- Records supplied
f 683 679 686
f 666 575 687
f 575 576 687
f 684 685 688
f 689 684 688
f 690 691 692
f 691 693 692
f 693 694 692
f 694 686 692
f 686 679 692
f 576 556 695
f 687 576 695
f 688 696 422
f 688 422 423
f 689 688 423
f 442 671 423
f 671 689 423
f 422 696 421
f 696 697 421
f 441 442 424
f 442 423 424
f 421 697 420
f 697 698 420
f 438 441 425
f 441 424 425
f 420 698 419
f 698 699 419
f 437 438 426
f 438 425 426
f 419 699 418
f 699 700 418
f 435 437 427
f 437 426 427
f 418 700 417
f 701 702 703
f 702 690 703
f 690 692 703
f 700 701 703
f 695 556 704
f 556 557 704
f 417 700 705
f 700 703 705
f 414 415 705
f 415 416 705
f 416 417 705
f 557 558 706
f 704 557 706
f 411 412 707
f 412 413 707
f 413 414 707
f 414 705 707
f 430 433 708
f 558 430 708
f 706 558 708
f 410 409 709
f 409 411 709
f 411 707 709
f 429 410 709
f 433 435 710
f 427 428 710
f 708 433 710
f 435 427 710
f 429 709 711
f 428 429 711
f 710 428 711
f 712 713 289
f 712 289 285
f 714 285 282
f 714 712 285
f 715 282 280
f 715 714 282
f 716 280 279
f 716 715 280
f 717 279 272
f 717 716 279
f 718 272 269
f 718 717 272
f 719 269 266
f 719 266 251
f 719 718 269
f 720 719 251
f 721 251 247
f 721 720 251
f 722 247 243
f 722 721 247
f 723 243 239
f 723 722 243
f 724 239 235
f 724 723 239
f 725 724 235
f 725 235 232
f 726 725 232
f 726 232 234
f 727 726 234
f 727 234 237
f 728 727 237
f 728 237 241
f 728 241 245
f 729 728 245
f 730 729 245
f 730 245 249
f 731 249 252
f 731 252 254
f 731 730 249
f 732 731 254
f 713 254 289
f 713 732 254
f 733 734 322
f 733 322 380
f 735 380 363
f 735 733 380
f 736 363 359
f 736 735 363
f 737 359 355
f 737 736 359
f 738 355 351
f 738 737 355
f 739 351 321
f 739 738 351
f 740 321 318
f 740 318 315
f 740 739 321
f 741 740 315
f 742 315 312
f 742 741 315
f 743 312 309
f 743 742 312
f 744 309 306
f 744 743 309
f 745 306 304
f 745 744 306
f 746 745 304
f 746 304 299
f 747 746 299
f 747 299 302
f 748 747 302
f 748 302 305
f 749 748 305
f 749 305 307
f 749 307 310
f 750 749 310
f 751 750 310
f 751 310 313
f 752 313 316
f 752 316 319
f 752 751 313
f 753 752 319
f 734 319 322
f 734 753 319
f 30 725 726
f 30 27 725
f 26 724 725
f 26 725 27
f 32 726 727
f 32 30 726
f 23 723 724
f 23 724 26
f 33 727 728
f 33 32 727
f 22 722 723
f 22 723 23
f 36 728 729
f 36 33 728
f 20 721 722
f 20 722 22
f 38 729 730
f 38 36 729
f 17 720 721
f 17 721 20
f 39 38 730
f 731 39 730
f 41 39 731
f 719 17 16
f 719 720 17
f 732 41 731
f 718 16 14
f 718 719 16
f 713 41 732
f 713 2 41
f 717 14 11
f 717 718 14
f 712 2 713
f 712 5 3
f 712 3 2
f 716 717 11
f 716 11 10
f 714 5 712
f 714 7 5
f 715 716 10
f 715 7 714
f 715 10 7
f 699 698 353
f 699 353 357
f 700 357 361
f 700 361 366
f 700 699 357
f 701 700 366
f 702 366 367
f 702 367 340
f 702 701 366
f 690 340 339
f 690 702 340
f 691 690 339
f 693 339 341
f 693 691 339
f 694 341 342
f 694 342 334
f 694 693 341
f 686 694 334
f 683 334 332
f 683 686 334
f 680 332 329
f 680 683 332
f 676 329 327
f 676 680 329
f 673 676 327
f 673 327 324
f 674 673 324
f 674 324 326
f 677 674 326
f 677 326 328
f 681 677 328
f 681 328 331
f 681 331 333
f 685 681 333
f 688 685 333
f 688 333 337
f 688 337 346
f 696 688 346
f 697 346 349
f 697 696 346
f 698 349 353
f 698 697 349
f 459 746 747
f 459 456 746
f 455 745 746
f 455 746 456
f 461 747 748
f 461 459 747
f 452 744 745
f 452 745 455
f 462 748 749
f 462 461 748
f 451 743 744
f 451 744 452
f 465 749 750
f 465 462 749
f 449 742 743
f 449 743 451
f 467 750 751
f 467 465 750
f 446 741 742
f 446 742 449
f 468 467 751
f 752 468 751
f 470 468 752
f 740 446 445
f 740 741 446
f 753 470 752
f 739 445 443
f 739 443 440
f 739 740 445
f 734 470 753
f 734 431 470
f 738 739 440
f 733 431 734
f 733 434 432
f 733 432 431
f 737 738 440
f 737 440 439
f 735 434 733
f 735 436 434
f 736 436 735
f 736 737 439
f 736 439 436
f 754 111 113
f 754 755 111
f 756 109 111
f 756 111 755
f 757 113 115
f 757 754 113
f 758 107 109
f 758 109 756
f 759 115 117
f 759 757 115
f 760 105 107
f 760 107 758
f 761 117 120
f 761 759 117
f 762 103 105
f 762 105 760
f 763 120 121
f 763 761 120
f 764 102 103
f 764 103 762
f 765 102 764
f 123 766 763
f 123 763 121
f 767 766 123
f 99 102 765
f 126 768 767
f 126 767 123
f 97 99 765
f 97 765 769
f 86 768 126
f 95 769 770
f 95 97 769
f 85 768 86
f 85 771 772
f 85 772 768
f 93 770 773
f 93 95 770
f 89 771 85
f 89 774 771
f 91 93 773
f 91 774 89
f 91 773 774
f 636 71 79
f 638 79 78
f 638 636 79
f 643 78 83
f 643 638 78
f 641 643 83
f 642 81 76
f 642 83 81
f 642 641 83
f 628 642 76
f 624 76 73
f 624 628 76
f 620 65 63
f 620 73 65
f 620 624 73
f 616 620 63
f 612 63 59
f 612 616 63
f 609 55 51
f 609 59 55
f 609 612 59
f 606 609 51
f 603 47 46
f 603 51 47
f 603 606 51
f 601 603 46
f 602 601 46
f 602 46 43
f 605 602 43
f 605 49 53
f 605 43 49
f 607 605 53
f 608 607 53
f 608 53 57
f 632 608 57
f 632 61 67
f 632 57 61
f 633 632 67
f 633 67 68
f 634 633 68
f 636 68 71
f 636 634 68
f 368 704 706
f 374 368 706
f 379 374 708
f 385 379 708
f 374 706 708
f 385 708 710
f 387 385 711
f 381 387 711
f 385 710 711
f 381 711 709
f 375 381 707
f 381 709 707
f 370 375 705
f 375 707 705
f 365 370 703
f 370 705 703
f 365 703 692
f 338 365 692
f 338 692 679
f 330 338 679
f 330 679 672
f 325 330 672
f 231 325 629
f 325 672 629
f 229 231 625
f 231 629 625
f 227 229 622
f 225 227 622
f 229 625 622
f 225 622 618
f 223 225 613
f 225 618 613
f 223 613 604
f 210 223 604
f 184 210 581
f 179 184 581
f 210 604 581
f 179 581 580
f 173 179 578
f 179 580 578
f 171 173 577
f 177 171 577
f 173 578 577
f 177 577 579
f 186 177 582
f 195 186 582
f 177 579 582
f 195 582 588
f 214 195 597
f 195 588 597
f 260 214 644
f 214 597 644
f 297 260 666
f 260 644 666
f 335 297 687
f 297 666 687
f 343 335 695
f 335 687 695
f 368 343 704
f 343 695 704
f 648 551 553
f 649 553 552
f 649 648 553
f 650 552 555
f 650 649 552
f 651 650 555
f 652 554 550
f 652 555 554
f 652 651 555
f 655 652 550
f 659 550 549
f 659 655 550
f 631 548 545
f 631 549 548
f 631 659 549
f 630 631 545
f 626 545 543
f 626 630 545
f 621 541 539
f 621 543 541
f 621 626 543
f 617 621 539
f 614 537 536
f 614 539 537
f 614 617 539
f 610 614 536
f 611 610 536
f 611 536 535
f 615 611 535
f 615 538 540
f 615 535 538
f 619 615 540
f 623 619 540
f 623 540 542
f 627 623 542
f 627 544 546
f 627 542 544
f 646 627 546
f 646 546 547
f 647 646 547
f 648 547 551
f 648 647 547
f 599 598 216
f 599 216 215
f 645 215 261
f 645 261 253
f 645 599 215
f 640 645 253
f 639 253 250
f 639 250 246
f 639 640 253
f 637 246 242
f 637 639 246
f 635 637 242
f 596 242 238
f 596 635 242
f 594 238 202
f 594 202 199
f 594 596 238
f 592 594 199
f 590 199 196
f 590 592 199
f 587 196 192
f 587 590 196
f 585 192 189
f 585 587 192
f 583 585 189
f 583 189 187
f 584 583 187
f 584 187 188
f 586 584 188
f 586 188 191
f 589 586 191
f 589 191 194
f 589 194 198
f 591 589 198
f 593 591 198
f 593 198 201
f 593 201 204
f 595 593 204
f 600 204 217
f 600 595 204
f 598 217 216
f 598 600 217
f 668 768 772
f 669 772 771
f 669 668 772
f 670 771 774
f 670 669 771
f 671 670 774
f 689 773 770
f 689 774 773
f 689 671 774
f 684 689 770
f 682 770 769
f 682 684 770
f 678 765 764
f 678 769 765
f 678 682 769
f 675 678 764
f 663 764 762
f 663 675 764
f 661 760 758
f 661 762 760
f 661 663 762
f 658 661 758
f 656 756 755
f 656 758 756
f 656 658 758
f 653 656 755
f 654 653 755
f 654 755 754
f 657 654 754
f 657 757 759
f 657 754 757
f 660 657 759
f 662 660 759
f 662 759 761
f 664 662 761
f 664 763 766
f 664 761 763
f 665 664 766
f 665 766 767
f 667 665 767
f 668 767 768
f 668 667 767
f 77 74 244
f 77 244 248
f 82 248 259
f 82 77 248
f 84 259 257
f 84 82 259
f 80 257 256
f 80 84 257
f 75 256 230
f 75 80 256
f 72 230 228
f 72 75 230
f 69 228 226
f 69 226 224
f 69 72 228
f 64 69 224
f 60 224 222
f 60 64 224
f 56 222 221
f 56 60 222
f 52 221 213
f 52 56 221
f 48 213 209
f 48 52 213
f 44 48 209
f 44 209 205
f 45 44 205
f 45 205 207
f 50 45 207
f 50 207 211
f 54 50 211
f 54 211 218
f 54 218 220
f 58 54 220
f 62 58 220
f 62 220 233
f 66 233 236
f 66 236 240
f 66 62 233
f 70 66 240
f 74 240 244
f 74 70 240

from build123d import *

---

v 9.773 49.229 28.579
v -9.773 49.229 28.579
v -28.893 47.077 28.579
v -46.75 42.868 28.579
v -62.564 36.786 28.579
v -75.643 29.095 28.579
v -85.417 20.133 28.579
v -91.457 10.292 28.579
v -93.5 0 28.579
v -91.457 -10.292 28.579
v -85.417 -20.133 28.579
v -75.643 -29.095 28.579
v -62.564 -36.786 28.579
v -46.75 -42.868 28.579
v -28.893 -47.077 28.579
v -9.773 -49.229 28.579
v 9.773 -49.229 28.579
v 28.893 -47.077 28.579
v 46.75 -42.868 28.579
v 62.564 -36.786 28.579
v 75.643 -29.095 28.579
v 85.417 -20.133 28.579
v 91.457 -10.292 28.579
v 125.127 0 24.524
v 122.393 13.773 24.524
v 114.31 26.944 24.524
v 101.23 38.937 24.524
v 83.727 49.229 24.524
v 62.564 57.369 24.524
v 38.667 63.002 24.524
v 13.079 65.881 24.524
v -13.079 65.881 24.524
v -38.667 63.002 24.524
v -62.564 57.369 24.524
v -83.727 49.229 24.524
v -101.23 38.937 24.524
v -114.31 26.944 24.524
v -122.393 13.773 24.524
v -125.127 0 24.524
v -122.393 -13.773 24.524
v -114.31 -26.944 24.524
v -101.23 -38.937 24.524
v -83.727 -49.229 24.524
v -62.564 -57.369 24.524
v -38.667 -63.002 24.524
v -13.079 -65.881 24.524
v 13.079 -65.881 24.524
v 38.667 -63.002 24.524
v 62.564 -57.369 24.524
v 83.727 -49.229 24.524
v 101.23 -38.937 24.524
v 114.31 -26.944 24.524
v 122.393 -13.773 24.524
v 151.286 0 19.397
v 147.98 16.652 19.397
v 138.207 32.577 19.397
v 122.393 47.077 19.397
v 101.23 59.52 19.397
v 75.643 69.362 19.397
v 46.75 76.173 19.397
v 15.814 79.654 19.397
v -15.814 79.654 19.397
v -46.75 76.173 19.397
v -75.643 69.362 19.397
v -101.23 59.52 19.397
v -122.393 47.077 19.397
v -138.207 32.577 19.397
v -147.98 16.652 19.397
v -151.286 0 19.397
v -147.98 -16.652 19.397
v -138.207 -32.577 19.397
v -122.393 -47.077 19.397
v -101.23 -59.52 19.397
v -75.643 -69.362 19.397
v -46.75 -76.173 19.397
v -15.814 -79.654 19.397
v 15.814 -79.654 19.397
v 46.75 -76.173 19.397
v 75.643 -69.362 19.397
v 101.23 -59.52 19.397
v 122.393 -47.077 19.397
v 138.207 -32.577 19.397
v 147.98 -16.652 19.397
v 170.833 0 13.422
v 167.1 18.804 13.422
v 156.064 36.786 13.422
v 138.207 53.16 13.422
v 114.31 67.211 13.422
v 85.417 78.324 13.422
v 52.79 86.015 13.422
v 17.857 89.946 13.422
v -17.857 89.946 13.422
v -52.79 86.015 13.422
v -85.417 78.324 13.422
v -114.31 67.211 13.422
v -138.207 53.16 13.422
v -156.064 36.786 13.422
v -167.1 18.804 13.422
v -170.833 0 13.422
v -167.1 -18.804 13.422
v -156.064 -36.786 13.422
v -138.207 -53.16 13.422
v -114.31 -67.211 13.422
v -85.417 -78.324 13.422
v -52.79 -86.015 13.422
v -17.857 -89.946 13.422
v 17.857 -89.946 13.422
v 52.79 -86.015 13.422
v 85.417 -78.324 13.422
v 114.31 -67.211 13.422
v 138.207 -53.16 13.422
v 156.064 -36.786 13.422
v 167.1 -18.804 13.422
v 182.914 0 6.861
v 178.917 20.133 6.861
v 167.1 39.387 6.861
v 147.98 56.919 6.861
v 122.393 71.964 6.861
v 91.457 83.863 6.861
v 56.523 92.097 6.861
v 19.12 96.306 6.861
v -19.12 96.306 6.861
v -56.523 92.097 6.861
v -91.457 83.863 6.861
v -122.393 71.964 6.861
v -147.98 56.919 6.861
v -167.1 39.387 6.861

* * *

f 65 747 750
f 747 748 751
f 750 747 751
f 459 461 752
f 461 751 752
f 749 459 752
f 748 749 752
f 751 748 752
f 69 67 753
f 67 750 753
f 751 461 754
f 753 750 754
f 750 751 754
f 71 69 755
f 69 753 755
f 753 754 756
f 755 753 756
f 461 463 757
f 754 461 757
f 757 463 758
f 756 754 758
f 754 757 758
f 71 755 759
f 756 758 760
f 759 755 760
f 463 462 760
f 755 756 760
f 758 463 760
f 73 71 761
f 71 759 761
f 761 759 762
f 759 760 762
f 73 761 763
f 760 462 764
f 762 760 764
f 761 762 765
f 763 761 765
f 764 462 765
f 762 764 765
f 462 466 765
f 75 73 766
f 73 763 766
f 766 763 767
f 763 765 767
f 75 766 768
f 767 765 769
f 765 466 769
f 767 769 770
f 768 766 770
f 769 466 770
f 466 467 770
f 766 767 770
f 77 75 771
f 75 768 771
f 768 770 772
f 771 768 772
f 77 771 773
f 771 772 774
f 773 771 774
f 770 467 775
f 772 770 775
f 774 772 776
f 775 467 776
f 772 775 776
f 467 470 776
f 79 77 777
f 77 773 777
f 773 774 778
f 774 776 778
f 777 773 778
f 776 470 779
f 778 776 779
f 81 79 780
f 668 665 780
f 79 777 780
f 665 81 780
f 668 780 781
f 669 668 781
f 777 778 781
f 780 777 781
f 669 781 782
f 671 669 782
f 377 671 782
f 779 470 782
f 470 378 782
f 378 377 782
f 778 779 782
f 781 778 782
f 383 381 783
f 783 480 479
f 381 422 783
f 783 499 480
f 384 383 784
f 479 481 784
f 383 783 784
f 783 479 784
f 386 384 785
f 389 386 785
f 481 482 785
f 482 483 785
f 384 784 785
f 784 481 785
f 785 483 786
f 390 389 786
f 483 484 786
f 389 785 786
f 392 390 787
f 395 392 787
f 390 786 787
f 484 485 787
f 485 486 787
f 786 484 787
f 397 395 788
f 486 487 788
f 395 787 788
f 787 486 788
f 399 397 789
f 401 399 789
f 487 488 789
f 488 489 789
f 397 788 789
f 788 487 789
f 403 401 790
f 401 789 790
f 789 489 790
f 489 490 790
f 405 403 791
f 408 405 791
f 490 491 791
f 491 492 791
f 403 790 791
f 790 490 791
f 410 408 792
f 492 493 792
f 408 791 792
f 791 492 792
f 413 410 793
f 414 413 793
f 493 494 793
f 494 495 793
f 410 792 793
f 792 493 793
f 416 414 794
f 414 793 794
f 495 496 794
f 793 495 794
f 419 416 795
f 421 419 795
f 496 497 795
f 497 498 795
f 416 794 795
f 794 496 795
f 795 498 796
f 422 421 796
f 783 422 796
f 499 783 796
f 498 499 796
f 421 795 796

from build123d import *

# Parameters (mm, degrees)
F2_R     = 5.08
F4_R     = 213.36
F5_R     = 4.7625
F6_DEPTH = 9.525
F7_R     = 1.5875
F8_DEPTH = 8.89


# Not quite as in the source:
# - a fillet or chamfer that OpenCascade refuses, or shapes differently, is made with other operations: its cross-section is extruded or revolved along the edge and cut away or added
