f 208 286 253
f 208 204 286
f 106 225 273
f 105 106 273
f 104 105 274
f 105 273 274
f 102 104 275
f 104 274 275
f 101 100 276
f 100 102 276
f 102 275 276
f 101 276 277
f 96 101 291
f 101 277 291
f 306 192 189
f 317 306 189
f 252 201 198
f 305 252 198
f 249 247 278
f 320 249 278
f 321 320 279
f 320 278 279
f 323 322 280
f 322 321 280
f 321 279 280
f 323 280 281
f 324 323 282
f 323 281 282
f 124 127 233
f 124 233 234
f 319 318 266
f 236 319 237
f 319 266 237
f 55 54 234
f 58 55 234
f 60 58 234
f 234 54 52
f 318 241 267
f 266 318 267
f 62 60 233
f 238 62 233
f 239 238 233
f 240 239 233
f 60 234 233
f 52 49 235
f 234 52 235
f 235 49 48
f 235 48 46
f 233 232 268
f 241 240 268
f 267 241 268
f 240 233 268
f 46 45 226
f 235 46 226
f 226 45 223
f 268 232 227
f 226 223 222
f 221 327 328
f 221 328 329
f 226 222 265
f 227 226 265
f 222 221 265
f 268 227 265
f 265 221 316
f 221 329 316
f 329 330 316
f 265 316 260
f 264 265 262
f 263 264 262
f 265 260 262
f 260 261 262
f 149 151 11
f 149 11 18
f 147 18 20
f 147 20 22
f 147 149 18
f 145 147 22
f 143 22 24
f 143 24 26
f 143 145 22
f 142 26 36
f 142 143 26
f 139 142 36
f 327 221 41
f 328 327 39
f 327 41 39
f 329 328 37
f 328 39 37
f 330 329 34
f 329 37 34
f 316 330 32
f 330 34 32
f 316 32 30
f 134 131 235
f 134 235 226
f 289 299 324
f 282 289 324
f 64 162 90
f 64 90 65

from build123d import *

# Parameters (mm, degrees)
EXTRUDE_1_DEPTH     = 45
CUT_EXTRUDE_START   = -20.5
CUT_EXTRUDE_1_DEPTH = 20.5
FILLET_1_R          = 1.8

- Problem details
All that is wanted is a faithful reproduction of the line above with "f 683 679 686", the line with "f 708 433 710", and every line in between.

- Answer for the task
f 683 679 686
f 666 575 687
f 575 576 687
f 684 685 688
f 689 684 688
f 690 691 692
f 691 693 692
f 693 694 692
f 694 686 692
f 686 679 692
f 576 556 695
f 687 576 695
f 688 696 422
f 688 422 423
f 689 688 423
f 442 671 423
f 671 689 423
f 422 696 421
f 696 697 421
f 441 442 424
f 442 423 424
f 421 697 420
f 697 698 420
f 438 441 425
f 441 424 425
f 420 698 419
f 698 699 419
f 437 438 426
f 438 425 426
f 419 699 418
f 699 700 418
f 435 437 427
f 437 426 427
f 418 700 417
f 701 702 703
f 702 690 703
f 690 692 703
f 700 701 703
f 695 556 704
f 556 557 704
f 417 700 705
f 700 703 705
f 414 415 705
f 415 416 705
f 416 417 705
f 557 558 706
f 704 557 706
f 411 412 707
f 412 413 707
f 413 414 707
f 414 705 707
f 430 433 708
f 558 430 708
f 706 558 708
f 410 409 709
f 409 411 709
f 411 707 709
f 429 410 709
f 433 435 710
f 427 428 710
f 708 433 710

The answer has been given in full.